Exercise instructions: Beginning with the line below that contains "mode=Mode.PRIVATE) - part.part" and ending with the line that contains "The same part", copy every line exactly. Copy nothing else.

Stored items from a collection
* * *

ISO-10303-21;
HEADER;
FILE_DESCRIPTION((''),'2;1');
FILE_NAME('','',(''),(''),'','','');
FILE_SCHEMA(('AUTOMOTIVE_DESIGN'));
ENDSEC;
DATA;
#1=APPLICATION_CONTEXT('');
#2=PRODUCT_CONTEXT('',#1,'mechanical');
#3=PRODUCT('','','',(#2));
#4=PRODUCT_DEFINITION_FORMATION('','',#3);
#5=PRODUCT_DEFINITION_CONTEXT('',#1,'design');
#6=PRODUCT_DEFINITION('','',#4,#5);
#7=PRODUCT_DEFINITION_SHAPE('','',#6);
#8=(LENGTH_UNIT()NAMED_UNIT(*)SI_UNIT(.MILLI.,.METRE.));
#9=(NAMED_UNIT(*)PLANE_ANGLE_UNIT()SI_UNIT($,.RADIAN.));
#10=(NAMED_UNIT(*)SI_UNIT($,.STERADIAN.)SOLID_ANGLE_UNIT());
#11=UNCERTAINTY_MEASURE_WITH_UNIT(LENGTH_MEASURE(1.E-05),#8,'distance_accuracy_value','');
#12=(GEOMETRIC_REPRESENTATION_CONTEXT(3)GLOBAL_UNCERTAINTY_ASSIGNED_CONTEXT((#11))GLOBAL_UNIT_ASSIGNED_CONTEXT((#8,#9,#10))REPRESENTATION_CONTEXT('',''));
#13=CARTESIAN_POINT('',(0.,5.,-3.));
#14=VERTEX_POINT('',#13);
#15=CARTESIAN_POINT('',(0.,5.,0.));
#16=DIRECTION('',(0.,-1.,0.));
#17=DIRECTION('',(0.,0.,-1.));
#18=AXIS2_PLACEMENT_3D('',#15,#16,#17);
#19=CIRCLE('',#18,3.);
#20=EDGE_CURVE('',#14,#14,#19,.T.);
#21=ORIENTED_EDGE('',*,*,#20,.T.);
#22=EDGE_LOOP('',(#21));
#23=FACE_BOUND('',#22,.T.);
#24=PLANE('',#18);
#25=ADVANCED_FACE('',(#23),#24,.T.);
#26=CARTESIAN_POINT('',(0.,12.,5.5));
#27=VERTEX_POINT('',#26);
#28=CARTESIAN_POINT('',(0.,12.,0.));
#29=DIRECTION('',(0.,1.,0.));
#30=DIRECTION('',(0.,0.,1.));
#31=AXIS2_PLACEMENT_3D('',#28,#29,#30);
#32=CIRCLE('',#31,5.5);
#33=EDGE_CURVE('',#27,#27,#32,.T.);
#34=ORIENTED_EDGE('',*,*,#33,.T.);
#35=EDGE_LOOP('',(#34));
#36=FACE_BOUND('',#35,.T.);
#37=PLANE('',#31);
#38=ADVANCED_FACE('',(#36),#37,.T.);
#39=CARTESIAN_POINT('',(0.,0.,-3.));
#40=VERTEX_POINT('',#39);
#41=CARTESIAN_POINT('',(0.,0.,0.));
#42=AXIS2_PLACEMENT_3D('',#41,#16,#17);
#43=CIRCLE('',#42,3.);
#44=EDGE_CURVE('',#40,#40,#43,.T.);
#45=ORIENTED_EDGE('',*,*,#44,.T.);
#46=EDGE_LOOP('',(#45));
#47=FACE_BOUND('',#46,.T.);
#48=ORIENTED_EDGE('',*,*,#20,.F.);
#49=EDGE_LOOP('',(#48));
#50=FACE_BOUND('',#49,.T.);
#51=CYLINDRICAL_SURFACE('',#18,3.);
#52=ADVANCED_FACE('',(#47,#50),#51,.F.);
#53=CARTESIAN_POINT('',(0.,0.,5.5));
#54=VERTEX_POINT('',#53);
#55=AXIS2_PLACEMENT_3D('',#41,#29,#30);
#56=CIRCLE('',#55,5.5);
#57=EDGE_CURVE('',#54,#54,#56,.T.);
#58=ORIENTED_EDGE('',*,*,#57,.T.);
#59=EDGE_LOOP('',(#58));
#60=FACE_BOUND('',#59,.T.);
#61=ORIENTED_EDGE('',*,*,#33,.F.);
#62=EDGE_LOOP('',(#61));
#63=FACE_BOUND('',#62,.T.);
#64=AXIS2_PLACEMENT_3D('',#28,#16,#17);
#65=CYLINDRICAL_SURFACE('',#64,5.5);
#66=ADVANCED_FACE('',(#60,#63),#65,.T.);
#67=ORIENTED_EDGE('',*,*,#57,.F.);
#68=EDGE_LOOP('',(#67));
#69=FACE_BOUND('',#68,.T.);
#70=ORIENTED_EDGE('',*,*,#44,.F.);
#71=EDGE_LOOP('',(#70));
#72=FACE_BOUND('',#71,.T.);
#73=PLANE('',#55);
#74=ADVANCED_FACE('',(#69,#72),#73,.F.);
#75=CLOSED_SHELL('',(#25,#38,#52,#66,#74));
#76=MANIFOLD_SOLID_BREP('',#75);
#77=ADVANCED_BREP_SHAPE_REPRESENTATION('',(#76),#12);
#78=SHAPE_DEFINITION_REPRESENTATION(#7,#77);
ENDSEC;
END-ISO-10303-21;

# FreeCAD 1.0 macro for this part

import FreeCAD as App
import Part
import Sketcher
Q = App.Units.Quantity

doc = App.newDocument("Part")
body = doc.addObject("PartDesign::Body", "Body")

# Sketch on XZ plane
sketch1 = body.newObject("Sketcher::SketchObject", "Sketch")
sketch1.AttachmentSupport = (doc.getObject("XZ_Plane"), [""])
sketch1.MapMode = "FlatFace"
sketch1.addGeometry(Part.Circle(App.Vector(0, 0, 0), App.Vector(0, 0, 1), 5.5), False)
sketch1.addConstraint([
    Sketcher.Constraint("Coincident", 0, 3, -1, 1),
    Sketcher.Constraint("Diameter", 0, Q("11 mm")),
])
pad1 = body.newObject("PartDesign::Pad", "Pad")
pad1.Profile = sketch1
pad1.Length = 12
pad1.Reversed = True

# Sketch on XZ plane
sketch2 = body.newObject("Sketcher::SketchObject", "Sketch001")
sketch2.AttachmentSupport = (doc.getObject("XZ_Plane"), [""])
sketch2.MapMode = "FlatFace"
sketch2.addGeometry(Part.Circle(App.Vector(0, 0, 0), App.Vector(0, 0, 1), 3), False)
sketch2.addConstraint([
    Sketcher.Constraint("Coincident", 0, 3, -1, 1),
    Sketcher.Constraint("Diameter", 0, Q("6 mm")),
])
pocket1 = body.newObject("PartDesign::Pocket", "Pocket")
pocket1.Profile = sketch2
pocket1.Length = 5

doc.recompute()
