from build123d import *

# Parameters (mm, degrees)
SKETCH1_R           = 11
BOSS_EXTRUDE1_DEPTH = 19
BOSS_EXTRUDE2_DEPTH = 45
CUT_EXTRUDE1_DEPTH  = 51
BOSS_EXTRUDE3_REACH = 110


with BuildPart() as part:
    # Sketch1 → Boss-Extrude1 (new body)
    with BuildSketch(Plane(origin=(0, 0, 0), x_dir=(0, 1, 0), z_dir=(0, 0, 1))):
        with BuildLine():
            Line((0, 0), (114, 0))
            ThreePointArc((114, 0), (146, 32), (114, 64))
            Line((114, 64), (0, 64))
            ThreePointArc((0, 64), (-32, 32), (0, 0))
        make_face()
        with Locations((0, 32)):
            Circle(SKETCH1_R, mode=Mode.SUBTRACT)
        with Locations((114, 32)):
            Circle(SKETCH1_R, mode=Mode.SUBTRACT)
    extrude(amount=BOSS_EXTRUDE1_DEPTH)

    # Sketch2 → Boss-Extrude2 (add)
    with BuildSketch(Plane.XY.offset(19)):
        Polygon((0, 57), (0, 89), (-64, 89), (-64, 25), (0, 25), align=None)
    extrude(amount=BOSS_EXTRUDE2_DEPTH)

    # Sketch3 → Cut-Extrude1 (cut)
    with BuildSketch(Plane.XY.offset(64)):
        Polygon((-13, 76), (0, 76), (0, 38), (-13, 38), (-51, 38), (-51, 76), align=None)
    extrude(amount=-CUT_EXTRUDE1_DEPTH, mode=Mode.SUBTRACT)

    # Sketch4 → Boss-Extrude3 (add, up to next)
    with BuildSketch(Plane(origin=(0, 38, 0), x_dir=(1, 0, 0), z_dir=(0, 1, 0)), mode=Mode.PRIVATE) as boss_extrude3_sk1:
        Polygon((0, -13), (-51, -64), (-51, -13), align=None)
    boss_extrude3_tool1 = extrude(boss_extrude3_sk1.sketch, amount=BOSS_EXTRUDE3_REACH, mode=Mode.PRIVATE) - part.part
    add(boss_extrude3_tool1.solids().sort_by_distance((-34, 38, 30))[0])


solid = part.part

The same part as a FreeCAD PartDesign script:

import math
import FreeCAD as App
import Part
import Sketcher

V = App.Vector


def add_polygon(sketch, points):
    """Adds a closed chain of lines whose ends are joined by coincident constraints."""
    first, n = sketch.GeometryCount, len(points)
    for a, b in zip(points, points[1:] + points[:1]):
        sketch.addGeometry(Part.LineSegment(App.Vector(*a, 0), App.Vector(*b, 0)), False)
    for i in range(n):
        sketch.addConstraint(Sketcher.Constraint("Coincident", first + i, 2, first + (i + 1) % n, 1))

doc = App.newDocument("Part")
body = doc.addObject("PartDesign::Body", "Body")

# Sketch on XY plane
sketch1 = body.newObject("Sketcher::SketchObject", "Sketch")
sketch1.AttachmentSupport = (doc.getObject("XY_Plane"), [""])
sketch1.MapMode = "FlatFace"
sketch1.addGeometry([
    Part.LineSegment(V(0, 0, 0), V(0, 114, 0)),  # 0
    Part.ArcOfCircle(Part.Circle(V(-32, 114, 0), V(0, 0, 1), 32), math.radians(0), math.radians(180)),  # 1
    Part.LineSegment(V(-64, 114, 0), V(-64, 0, 0)),  # 2
    Part.ArcOfCircle(Part.Circle(V(-32, 0, 0), V(0, 0, 1), 32), math.radians(180), math.radians(360)),  # 3
    Part.Circle(V(-32, 0, 0), V(0, 0, 1), 11),  # 4
    Part.Circle(V(-32, 114, 0), V(0, 0, 1), 11),  # 5
], False)
sketch1.addConstraint([
    Sketcher.Constraint("Tangent", 0, 2, 1, 1),
    Sketcher.Constraint("Tangent", 1, 2, 2, 1),
    Sketcher.Constraint("Tangent", 2, 2, 3, 1),
    Sketcher.Constraint("Tangent", 3, 2, 0, 1),
    Sketcher.Constraint("Vertical", 0),
    Sketcher.Constraint("Vertical", 2),
    Sketcher.Constraint("Coincident", 3, 2, -1, 1),
    Sketcher.Constraint("Coincident", 4, 3, 3, 3),
    Sketcher.Constraint("Coincident", 5, 3, 1, 3),
    Sketcher.Constraint("Equal", 4, 5),
    Sketcher.Constraint("Diameter", 4, 22.0),
    Sketcher.Constraint("Radius", 1, 32.0),
    Sketcher.Constraint("DistanceY", 0, 1, 0, 2, 114.0),
])
pad1 = body.newObject("PartDesign::Pad", "Pad")
pad1.Profile = sketch1
pad1.Length = 19

# Sketch on XY plane
sketch2 = body.newObject("Sketcher::SketchObject", "Sketch001")
sketch2.AttachmentSupport = (doc.getObject("XY_Plane"), [""])
sketch2.MapMode = "FlatFace"
sketch2.AttachmentOffset = App.Placement(V(0, 0, 19), App.Rotation())
add_polygon(sketch2, [(0, 89), (-64, 89), (-64, 25), (0, 25)])  # lines 0-3
sketch2.addConstraint([
    Sketcher.Constraint("Horizontal", 0),
    Sketcher.Constraint("Vertical", 1),
    Sketcher.Constraint("Horizontal", 2),
    Sketcher.Constraint("Vertical", 3),
    Sketcher.Constraint("PointOnObject", 2, 2, -2),
    Sketcher.Constraint("Equal", 2, 1),
    Sketcher.Constraint("DistanceX", 0, 2, 0, 1, 64.0),
    Sketcher.Constraint("DistanceY", -1, 1, 0, 2, 89.0),
])
pad2 = body.newObject("PartDesign::Pad", "Pad001")
pad2.Profile = sketch2
pad2.Length = 45

# Sketch on XY plane
sketch3 = body.newObject("Sketcher::SketchObject", "Sketch002")
sketch3.AttachmentSupport = (doc.getObject("XY_Plane"), [""])
sketch3.MapMode = "FlatFace"
sketch3.AttachmentOffset = App.Placement(V(0, 0, 64), App.Rotation())
add_polygon(sketch3, [(0, 76), (-51, 76), (-51, 38), (0, 38)])  # lines 0-3
sketch3.addConstraint([
    Sketcher.Constraint("Horizontal", 0),
    Sketcher.Constraint("Vertical", 1),
    Sketcher.Constraint("Horizontal", 2),
    Sketcher.Constraint("Vertical", 3),
    Sketcher.Constraint("PointOnObject", 2, 2, -2),
    Sketcher.Constraint("DistanceX", 0, 2, 0, 1, 51.0),
    Sketcher.Constraint("DistanceY", 1, 2, 1, 1, 38.0),
    Sketcher.Constraint("DistanceY", -1, 1, 0, 2, 76.0),
])
pocket1 = body.newObject("PartDesign::Pocket", "Pocket")
pocket1.Profile = sketch3
pocket1.Length = 51

# Sketch on XZ plane
sketch4 = body.newObject("Sketcher::SketchObject", "Sketch003")
sketch4.AttachmentSupport = (doc.getObject("XZ_Plane"), [""])
sketch4.MapMode = "FlatFace"
sketch4.AttachmentOffset = App.Placement(V(0, 0, -38), App.Rotation())
add_polygon(sketch4, [(-51, 64), (0, 13), (-51, 13)])  # lines 0-2
sketch4.addConstraint([
    Sketcher.Constraint("Horizontal", 1),
    Sketcher.Constraint("Vertical", 2),
    Sketcher.Constraint("PointOnObject", 0, 2, -2),
    Sketcher.Constraint("Equal", 1, 2),
    Sketcher.Constraint("DistanceX", 1, 2, 1, 1, 51.0),
    Sketcher.Constraint("DistanceY", -1, 1, 0, 2, 13.0),
])
pad3 = body.newObject("PartDesign::Pad", "Pad002")
pad3.Profile = sketch4
pad3.Type = "UpToFirst"
pad3.Reversed = True

doc.recompute()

* * *

Response to this exercise:
    boss_extrude3_tool1 = extrude(boss_extrude3_sk1.sketch, amount=BOSS_EXTRUDE3_REACH, mode=Mode.PRIVATE) - part.part
    add(boss_extrude3_tool1.solids().sort_by_distance((-34, 38, 30))[0])


solid = part.part

The same part as a FreeCAD PartDesign script:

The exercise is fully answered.